━━ DATA FOR PROCESSING ━━

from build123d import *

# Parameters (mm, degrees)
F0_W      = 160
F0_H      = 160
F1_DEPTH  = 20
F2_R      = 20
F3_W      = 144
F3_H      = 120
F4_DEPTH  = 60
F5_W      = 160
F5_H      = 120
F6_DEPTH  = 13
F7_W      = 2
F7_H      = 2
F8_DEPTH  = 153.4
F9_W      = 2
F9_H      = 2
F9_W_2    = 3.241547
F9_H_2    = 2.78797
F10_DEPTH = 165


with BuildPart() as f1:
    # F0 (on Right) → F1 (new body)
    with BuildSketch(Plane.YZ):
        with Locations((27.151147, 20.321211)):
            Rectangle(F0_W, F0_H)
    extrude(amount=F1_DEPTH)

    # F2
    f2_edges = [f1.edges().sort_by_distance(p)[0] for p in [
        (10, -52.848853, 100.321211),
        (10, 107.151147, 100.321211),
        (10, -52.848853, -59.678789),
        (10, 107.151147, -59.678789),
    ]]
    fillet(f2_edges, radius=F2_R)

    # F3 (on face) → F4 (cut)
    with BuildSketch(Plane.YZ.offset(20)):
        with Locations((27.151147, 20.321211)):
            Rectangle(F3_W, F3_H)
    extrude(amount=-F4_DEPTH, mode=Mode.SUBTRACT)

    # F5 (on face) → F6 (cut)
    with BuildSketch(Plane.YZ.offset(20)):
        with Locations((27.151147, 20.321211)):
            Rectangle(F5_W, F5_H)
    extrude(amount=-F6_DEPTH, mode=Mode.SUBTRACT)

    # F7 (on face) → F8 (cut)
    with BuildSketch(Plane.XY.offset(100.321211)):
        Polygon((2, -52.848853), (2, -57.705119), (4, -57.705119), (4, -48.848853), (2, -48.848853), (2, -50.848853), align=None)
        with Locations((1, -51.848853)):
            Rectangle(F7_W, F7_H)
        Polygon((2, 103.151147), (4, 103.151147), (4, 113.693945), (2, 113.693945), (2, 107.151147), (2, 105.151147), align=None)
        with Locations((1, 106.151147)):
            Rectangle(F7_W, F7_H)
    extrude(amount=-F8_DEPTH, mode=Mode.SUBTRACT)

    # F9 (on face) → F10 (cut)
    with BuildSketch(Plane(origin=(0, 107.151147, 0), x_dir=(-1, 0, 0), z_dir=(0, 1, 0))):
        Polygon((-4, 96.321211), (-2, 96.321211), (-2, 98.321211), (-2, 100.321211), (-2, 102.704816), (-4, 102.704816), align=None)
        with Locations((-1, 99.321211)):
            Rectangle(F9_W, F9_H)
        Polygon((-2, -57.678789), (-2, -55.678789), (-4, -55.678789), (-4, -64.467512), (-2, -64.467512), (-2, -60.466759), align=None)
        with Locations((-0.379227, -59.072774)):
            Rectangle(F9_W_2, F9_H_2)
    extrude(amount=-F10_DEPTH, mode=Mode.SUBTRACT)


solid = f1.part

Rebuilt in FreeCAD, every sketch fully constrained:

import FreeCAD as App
import Part
import Sketcher
from FreeCAD import Vector


def edges_at(feature, points):
    """Names of the edges that pass closest to the given points."""
    edges = feature.Shape.Edges
    near = lambda p: min(range(len(edges)), key=lambda i: edges[i].distToShape(Part.Vertex(*p))[0])
    return sorted({f"Edge{near(p) + 1}" for p in points})


def add_polygon(sketch, points):
    """Adds a closed chain of lines whose ends are joined by coincident constraints."""
    first, n = sketch.GeometryCount, len(points)
    for a, b in zip(points, points[1:] + points[:1]):
        sketch.addGeometry(Part.LineSegment(App.Vector(*a, 0), App.Vector(*b, 0)), False)
    for i in range(n):
        sketch.addConstraint(Sketcher.Constraint("Coincident", first + i, 2, first + (i + 1) % n, 1))

doc = App.newDocument("Part")
params = doc.addObject("Spreadsheet::Sheet", "Params")
for row, (alias, value) in enumerate([
    ("sketch1_width", "160 mm"),
    ("pad1_length", "20 mm"),
    ("fillet_radius", "20 mm"),
    ("sketch2_width", "144 mm"),
    ("sketch2_height", "120 mm"),
    ("pocket1_length", "60 mm"),
    ("sketch3_width", "160 mm"),
    ("sketch3_height", "120 mm"),
    ("pocket2_length", "13 mm"),
    ("sketch4_width", "2 mm"),
    ("pocket3_length", "153.4 mm"),
    ("sketch5_width", "2 mm"),
    ("pocket4_length", "165 mm"),
], start=1):
    params.set(f"A{row}", alias)
    params.set(f"B{row}", "=" + value)
    params.setAlias(f"B{row}", alias)

body = doc.addObject("PartDesign::Body", "Body")

sketch1 = body.newObject("Sketcher::SketchObject", "Sketch")
sketch1.AttachmentSupport = (doc.getObject("YZ_Plane"), [""])
sketch1.MapMode = "FlatFace"
add_polygon(sketch1, [(-53, 100), (-53, -60), (107, -60), (107, 100)])
sketch1.addConstraint([
    Sketcher.Constraint("Vertical", 0),
    Sketcher.Constraint("Horizontal", 1),
    Sketcher.Constraint("Vertical", 2),
    Sketcher.Constraint("Horizontal", 3),
    Sketcher.Constraint("Equal", 3, 0),
    Sketcher.Constraint("DistanceX", 1, 1, 1, 2, 160.0),
    Sketcher.Constraint("DistanceY", 0, 2, -1, 1, 59.678789),
    Sketcher.Constraint("DistanceX", 0, 2, -1, 1, 52.848853),
])
sketch1.setExpression("Constraints[9]", "Params.sketch1_width")
pad1 = body.newObject("PartDesign::Pad", "Pad")
pad1.Profile = sketch1
pad1.setExpression("Length", "Params.pad1_length")
doc.recompute()

fillet = body.newObject("PartDesign::Fillet", "Fillet")
fillet.Base = (pad1, edges_at(pad1, [
    (10, -52.849, 100.321),
    (10, 107.151, 100.321),
    (10, -52.849, -59.679),
    (10, 107.151, -59.679),
]))
fillet.setExpression("Radius", "Params.fillet_radius")

sketch2 = body.newObject("Sketcher::SketchObject", "Sketch001")
sketch2.AttachmentSupport = (doc.getObject("YZ_Plane"), [""])
sketch2.MapMode = "FlatFace"
sketch2.AttachmentOffset = App.Placement(Vector(0, 0, 20), App.Rotation())
add_polygon(sketch2, [(-45, 80), (-45, -40), (99, -40), (99, 80)])
sketch2.addConstraint([
    Sketcher.Constraint("Vertical", 0),
    Sketcher.Constraint("Horizontal", 1),
    Sketcher.Constraint("Vertical", 2),
    Sketcher.Constraint("Horizontal", 3),
    Sketcher.Constraint("DistanceX", 1, 1, 1, 2, 144.0),
    Sketcher.Constraint("DistanceY", 0, 2, 0, 1, 120.0),
    Sketcher.Constraint("DistanceY", 0, 2, -1, 1, 39.678789),
    Sketcher.Constraint("DistanceX", 0, 2, -1, 1, 44.848853),
])
sketch2.setExpression("Constraints[8]", "Params.sketch2_width")
sketch2.setExpression("Constraints[9]", "Params.sketch2_height")
pocket1 = body.newObject("PartDesign::Pocket", "Pocket")
pocket1.Profile = sketch2
pocket1.setExpression("Length", "Params.pocket1_length")

sketch3 = body.newObject("Sketcher::SketchObject", "Sketch002")
sketch3.AttachmentSupport = (doc.getObject("YZ_Plane"), [""])
sketch3.MapMode = "FlatFace"
sketch3.AttachmentOffset = App.Placement(Vector(0, 0, 20), App.Rotation())
add_polygon(sketch3, [(-53, 80), (-53, -40), (107, -40), (107, 80)])
sketch3.addConstraint([
    Sketcher.Constraint("Vertical", 0),
    Sketcher.Constraint("Horizontal", 1),
    Sketcher.Constraint("Vertical", 2),
    Sketcher.Constraint("Horizontal", 3),
    Sketcher.Constraint("DistanceX", 1, 1, 1, 2, 160.0),
    Sketcher.Constraint("DistanceY", 0, 2, 0, 1, 120.0),
    Sketcher.Constraint("DistanceY", 0, 2, -1, 1, 39.678789),
    Sketcher.Constraint("DistanceX", 0, 2, -1, 1, 52.848853),
])
sketch3.setExpression("Constraints[8]", "Params.sketch3_width")
sketch3.setExpression("Constraints[9]", "Params.sketch3_height")
pocket2 = body.newObject("PartDesign::Pocket", "Pocket001")
pocket2.Profile = sketch3
pocket2.setExpression("Length", "Params.pocket2_length")

sketch4 = body.newObject("Sketcher::SketchObject", "Sketch003")
sketch4.AttachmentSupport = (doc.getObject("XY_Plane"), [""])
sketch4.MapMode = "FlatFace"
sketch4.AttachmentOffset = App.Placement(Vector(0, 0, 100.321211), App.Rotation())
add_polygon(sketch4, [(2, -57.7), (4, -57.7), (4, -48.8), (2, -48.8), (2, -50.8), (0, -50.8), (0, -52.8), (2, -52.8)])
add_polygon(sketch4, [(2, 103.2), (4, 103.2), (4, 113.7), (2, 113.7), (2, 107.2), (0, 107.2), (0, 105.2), (2, 105.2)])
sketch4.addConstraint([
    Sketcher.Constraint("Horizontal", 0),
    Sketcher.Constraint("Vertical", 1),
    Sketcher.Constraint("Horizontal", 2),
    Sketcher.Constraint("Vertical", 3),
    Sketcher.Constraint("Horizontal", 4),
    Sketcher.Constraint("Vertical", 5),
    Sketcher.Constraint("Horizontal", 6),
    Sketcher.Constraint("Vertical", 7),
    Sketcher.Constraint("Horizontal", 8),
    Sketcher.Constraint("Vertical", 9),
    Sketcher.Constraint("Horizontal", 10),
    Sketcher.Constraint("Vertical", 11),
    Sketcher.Constraint("Horizontal", 12),
    Sketcher.Constraint("Vertical", 13),
    Sketcher.Constraint("Horizontal", 14),
    Sketcher.Constraint("Vertical", 15),
    Sketcher.Constraint("PointOnObject", 4, 2, -2),
    Sketcher.Constraint("PointOnObject", 12, 2, -2),
    Sketcher.Constraint("Vertical", 3, 2, 6, 2),
    Sketcher.Constraint("Vertical", 1, 2, 8, 2),
    Sketcher.Constraint("Vertical", 7, 2, 10, 2),
    Sketcher.Constraint("Vertical", 11, 2, 14, 2),
    Sketcher.Constraint("Equal", 2, 4),
    Sketcher.Constraint("Equal", 14, 3),
    Sketcher.Constraint("Equal", 3, 5),
    Sketcher.Constraint("Equal", 5, 13),
    Sketcher.Constraint("Equal", 13, 15),
    Sketcher.Constraint("DistanceX", 0, 1, 0, 2, 2.0),
    Sketcher.Constraint("DistanceY", 1, 2, 8, 2, 152.0),
    Sketcher.Constraint("DistanceY", 9, 1, 9, 2, 10.542798),
    Sketcher.Constraint("DistanceY", 1, 1, 1, 2, 8.856266),
    Sketcher.Constraint("DistanceY", 0, 2, -1, 1, 57.705119),
])
sketch4.setExpression("Constraints[43]", "Params.sketch4_width")
pocket3 = body.newObject("PartDesign::Pocket", "Pocket002")
pocket3.Profile = sketch4
pocket3.setExpression("Length", "Params.pocket3_length")

sketch5 = body.newObject("Sketcher::SketchObject", "Sketch004")
sketch5.AttachmentSupport = (doc.getObject("XZ_Plane"), [""])
sketch5.MapMode = "FlatFace"
sketch5.AttachmentOffset = App.Placement(Vector(0, 0, -107.151147), App.Rotation())
add_polygon(sketch5, [(4, 96.3), (2, 96.3), (2, 98.3), (0, 98.3), (0, 100.3), (2, 100.3), (2, 102.7), (4, 102.7)])
add_polygon(sketch5, [(2, -57.7), (2, -55.7), (4, -55.7), (4, -64.5), (2, -64.5), (2, -60.5), (-1.2, -60.5), (-1.2, -57.7)])
sketch5.addConstraint([
    Sketcher.Constraint("Horizontal", 0),
    Sketcher.Constraint("Vertical", 1),
    Sketcher.Constraint("Horizontal", 2),
    Sketcher.Constraint("Vertical", 3),
    Sketcher.Constraint("Horizontal", 4),
    Sketcher.Constraint("Vertical", 5),
    Sketcher.Constraint("Horizontal", 6),
    Sketcher.Constraint("Vertical", 7),
    Sketcher.Constraint("Vertical", 8),
    Sketcher.Constraint("Horizontal", 9),
    Sketcher.Constraint("Vertical", 10),
    Sketcher.Constraint("Horizontal", 11),
    Sketcher.Constraint("Vertical", 12),
    Sketcher.Constraint("Horizontal", 13),
    Sketcher.Constraint("Vertical", 14),
    Sketcher.Constraint("Horizontal", 15),
    Sketcher.Constraint("PointOnObject", 2, 2, -2),
    Sketcher.Constraint("Vertical", 1, 2, 4, 2),
    Sketcher.Constraint("Vertical", 5, 2, 8, 2),
    Sketcher.Constraint("Vertical", 7, 2, 9, 2),
    Sketcher.Constraint("Vertical", 8, 2, 11, 2),
    Sketcher.Constraint("Equal", 0, 2),
    Sketcher.Constraint("Equal", 11, 1),
    Sketcher.Constraint("Equal", 1, 3),
    Sketcher.Constraint("Equal", 3, 8),
    Sketcher.Constraint("DistanceX", 0, 2, 0, 1, 2.0),
    Sketcher.Constraint("DistanceY", 8, 2, 0, 2, 152.0),
    Sketcher.Constraint("DistanceY", 14, 1, 14, 2, 2.78797),
    Sketcher.Constraint("DistanceX", 13, 2, 13, 1, 3.241547),
    Sketcher.Constraint("DistanceY", 5, 1, 5, 2, 2.383605),
    Sketcher.Constraint("DistanceY", 10, 2, 10, 1, 8.788723),
    Sketcher.Constraint("DistanceY", -1, 1, 0, 2, 96.321211),
])
sketch5.setExpression("Constraints[41]", "Params.sketch5_width")
pocket4 = body.newObject("PartDesign::Pocket", "Pocket003")
pocket4.Profile = sketch5
pocket4.setExpression("Length", "Params.pocket4_length")
pocket4.Reversed = True

doc.recompute()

━━━

Above are some records; copy each line there that contains "extrude".

● SOLUTION TO THE EXERCISE:
    extrude(amount=F1_DEPTH)
    extrude(amount=-F4_DEPTH, mode=Mode.SUBTRACT)
    extrude(amount=-F6_DEPTH, mode=Mode.SUBTRACT)
    extrude(amount=-F8_DEPTH, mode=Mode.SUBTRACT)
    extrude(amount=-F10_DEPTH, mode=Mode.SUBTRACT)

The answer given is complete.